# Collected data:
[Start of Attachment]

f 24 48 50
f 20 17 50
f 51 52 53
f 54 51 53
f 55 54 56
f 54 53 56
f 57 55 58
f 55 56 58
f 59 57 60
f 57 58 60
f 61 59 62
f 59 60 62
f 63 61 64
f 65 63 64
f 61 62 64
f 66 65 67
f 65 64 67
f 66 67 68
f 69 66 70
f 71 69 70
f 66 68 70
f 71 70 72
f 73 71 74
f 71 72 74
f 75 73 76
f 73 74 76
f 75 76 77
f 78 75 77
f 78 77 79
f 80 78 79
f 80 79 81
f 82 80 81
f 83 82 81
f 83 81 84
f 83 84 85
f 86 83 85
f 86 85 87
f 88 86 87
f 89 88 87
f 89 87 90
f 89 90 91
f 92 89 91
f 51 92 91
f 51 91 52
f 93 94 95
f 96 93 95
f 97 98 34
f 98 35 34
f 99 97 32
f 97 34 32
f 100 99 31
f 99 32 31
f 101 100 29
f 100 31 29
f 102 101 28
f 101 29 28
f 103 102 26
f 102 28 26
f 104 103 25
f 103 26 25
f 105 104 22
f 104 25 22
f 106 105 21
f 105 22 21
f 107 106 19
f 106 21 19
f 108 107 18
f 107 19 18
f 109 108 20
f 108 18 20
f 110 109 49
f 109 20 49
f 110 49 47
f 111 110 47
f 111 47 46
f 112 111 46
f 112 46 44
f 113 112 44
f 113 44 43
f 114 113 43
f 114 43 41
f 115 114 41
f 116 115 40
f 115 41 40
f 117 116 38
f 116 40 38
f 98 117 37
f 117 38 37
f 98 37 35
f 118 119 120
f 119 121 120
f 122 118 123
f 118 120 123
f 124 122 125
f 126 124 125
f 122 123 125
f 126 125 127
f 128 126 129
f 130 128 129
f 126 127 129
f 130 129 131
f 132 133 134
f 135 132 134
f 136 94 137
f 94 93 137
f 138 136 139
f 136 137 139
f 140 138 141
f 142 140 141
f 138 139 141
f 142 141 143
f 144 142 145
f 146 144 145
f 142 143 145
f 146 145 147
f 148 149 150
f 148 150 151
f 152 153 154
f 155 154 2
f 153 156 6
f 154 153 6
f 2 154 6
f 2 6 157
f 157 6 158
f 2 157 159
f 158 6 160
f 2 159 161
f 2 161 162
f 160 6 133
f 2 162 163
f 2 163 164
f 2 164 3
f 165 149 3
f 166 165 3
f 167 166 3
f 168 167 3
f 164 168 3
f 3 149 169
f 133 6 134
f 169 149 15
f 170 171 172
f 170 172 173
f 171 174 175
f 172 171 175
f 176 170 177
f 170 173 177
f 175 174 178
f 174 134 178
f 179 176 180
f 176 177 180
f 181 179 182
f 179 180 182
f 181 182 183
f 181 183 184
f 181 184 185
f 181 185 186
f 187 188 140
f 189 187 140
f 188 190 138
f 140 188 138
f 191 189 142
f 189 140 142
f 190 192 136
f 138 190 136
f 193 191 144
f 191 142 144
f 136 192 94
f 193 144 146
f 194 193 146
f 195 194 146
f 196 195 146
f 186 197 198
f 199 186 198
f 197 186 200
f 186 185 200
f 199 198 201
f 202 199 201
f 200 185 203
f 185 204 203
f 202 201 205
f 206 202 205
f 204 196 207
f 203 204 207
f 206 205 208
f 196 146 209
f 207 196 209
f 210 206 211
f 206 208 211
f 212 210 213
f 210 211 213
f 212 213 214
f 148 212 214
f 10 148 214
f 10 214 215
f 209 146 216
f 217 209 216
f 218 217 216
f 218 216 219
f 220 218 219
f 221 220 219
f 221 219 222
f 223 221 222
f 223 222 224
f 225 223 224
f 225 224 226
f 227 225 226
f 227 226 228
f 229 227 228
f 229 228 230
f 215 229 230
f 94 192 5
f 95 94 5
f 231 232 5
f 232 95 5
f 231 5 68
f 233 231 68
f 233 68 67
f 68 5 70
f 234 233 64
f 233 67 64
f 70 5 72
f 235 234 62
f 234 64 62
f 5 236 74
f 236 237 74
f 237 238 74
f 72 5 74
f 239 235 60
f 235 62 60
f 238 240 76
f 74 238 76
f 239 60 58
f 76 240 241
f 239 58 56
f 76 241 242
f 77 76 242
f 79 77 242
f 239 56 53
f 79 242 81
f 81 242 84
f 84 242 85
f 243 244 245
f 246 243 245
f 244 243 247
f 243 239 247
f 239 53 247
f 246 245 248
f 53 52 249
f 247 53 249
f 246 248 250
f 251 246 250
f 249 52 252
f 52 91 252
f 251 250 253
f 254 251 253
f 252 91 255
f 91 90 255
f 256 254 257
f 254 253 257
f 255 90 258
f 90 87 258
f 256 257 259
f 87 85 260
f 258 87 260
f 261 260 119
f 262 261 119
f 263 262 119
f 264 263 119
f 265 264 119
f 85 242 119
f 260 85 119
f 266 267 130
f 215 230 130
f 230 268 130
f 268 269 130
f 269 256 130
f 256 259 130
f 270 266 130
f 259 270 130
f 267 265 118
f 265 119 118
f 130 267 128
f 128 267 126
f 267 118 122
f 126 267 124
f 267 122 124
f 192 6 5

[End of Attachment]

# Assigned task:
Would you copy out all the entries above without changing a single character?

# Answer space:
f 24 48 50
f 20 17 50
f 51 52 53
f 54 51 53
f 55 54 56
f 54 53 56
f 57 55 58
f 55 56 58
f 59 57 60
f 57 58 60
f 61 59 62
f 59 60 62
f 63 61 64
f 65 63 64
f 61 62 64
f 66 65 67
f 65 64 67
f 66 67 68
f 69 66 70
f 71 69 70
f 66 68 70
f 71 70 72
f 73 71 74
f 71 72 74
f 75 73 76
f 73 74 76
f 75 76 77
f 78 75 77
f 78 77 79
f 80 78 79
f 80 79 81
f 82 80 81
f 83 82 81
f 83 81 84
f 83 84 85
f 86 83 85
f 86 85 87
f 88 86 87
f 89 88 87
f 89 87 90
f 89 90 91
f 92 89 91
f 51 92 91
f 51 91 52
f 93 94 95
f 96 93 95
f 97 98 34
f 98 35 34
f 99 97 32
f 97 34 32
f 100 99 31
f 99 32 31
f 101 100 29
f 100 31 29
f 102 101 28
f 101 29 28
f 103 102 26
f 102 28 26
f 104 103 25
f 103 26 25
f 105 104 22
f 104 25 22
f 106 105 21
f 105 22 21
f 107 106 19
f 106 21 19
f 108 107 18
f 107 19 18
f 109 108 20
f 108 18 20
f 110 109 49
f 109 20 49
f 110 49 47
f 111 110 47
f 111 47 46
f 112 111 46
f 112 46 44
f 113 112 44
f 113 44 43
f 114 113 43
f 114 43 41
f 115 114 41
f 116 115 40
f 115 41 40
f 117 116 38
f 116 40 38
f 98 117 37
f 117 38 37
f 98 37 35
f 118 119 120
f 119 121 120
f 122 118 123
f 118 120 123
f 124 122 125
f 126 124 125
f 122 123 125
f 126 125 127
f 128 126 129
f 130 128 129
f 126 127 129
f 130 129 131
f 132 133 134
f 135 132 134
f 136 94 137
f 94 93 137
f 138 136 139
f 136 137 139
f 140 138 141
f 142 140 141
f 138 139 141
f 142 141 143
f 144 142 145
f 146 144 145
f 142 143 145
f 146 145 147
f 148 149 150
f 148 150 151
f 152 153 154
f 155 154 2
f 153 156 6
f 154 153 6
f 2 154 6
f 2 6 157
f 157 6 158
f 2 157 159
f 158 6 160
f 2 159 161
f 2 161 162
f 160 6 133
f 2 162 163
f 2 163 164
f 2 164 3
f 165 149 3
f 166 165 3
f 167 166 3
f 168 167 3
f 164 168 3
f 3 149 169
f 133 6 134
f 169 149 15
f 170 171 172
f 170 172 173
f 171 174 175
f 172 171 175
f 176 170 177
f 170 173 177
f 175 174 178
f 174 134 178
f 179 176 180
f 176 177 180
f 181 179 182
f 179 180 182
f 181 182 183
f 181 183 184
f 181 184 185
f 181 185 186
f 187 188 140
f 189 187 140
f 188 190 138
f 140 188 138
f 191 189 142
f 189 140 142
f 190 192 136
f 138 190 136
f 193 191 144
f 191 142 144
f 136 192 94
f 193 144 146
f 194 193 146
f 195 194 146
f 196 195 146
f 186 197 198
f 199 186 198
f 197 186 200
f 186 185 200
f 199 198 201
f 202 199 201
f 200 185 203
f 185 204 203
f 202 201 205
f 206 202 205
f 204 196 207
f 203 204 207
f 206 205 208
f 196 146 209
f 207 196 209
f 210 206 211
f 206 208 211
f 212 210 213
f 210 211 213
f 212 213 214
f 148 212 214
f 10 148 214
f 10 214 215
f 209 146 216
f 217 209 216
f 218 217 216
f 218 216 219
f 220 218 219
f 221 220 219
f 221 219 222
f 223 221 222
f 223 222 224
f 225 223 224
f 225 224 226
f 227 225 226
f 227 226 228
f 229 227 228
f 229 228 230
f 215 229 230
f 94 192 5
f 95 94 5
f 231 232 5
f 232 95 5
f 231 5 68
f 233 231 68
f 233 68 67
f 68 5 70
f 234 233 64
f 233 67 64
f 70 5 72
f 235 234 62
f 234 64 62
f 5 236 74
f 236 237 74
f 237 238 74
f 72 5 74
f 239 235 60
f 235 62 60
f 238 240 76
f 74 238 76
f 239 60 58
f 76 240 241
f 239 58 56
f 76 241 242
f 77 76 242
f 79 77 242
f 239 56 53
f 79 242 81
f 81 242 84
f 84 242 85
f 243 244 245
f 246 243 245
f 244 243 247
f 243 239 247
f 239 53 247
f 246 245 248
f 53 52 249
f 247 53 249
f 246 248 250
f 251 246 250
f 249 52 252
f 52 91 252
f 251 250 253
f 254 251 253
f 252 91 255
f 91 90 255
f 256 254 257
f 254 253 257
f 255 90 258
f 90 87 258
f 256 257 259
f 87 85 260
f 258 87 260
f 261 260 119
f 262 261 119
f 263 262 119
f 264 263 119
f 265 264 119
f 85 242 119
f 260 85 119
f 266 267 130
f 215 230 130
f 230 268 130
f 268 269 130
f 269 256 130
f 256 259 130
f 270 266 130
f 259 270 130
f 267 265 118
f 265 119 118
f 130 267 128
f 128 267 126
f 267 118 122
f 126 267 124
f 267 122 124
f 192 6 5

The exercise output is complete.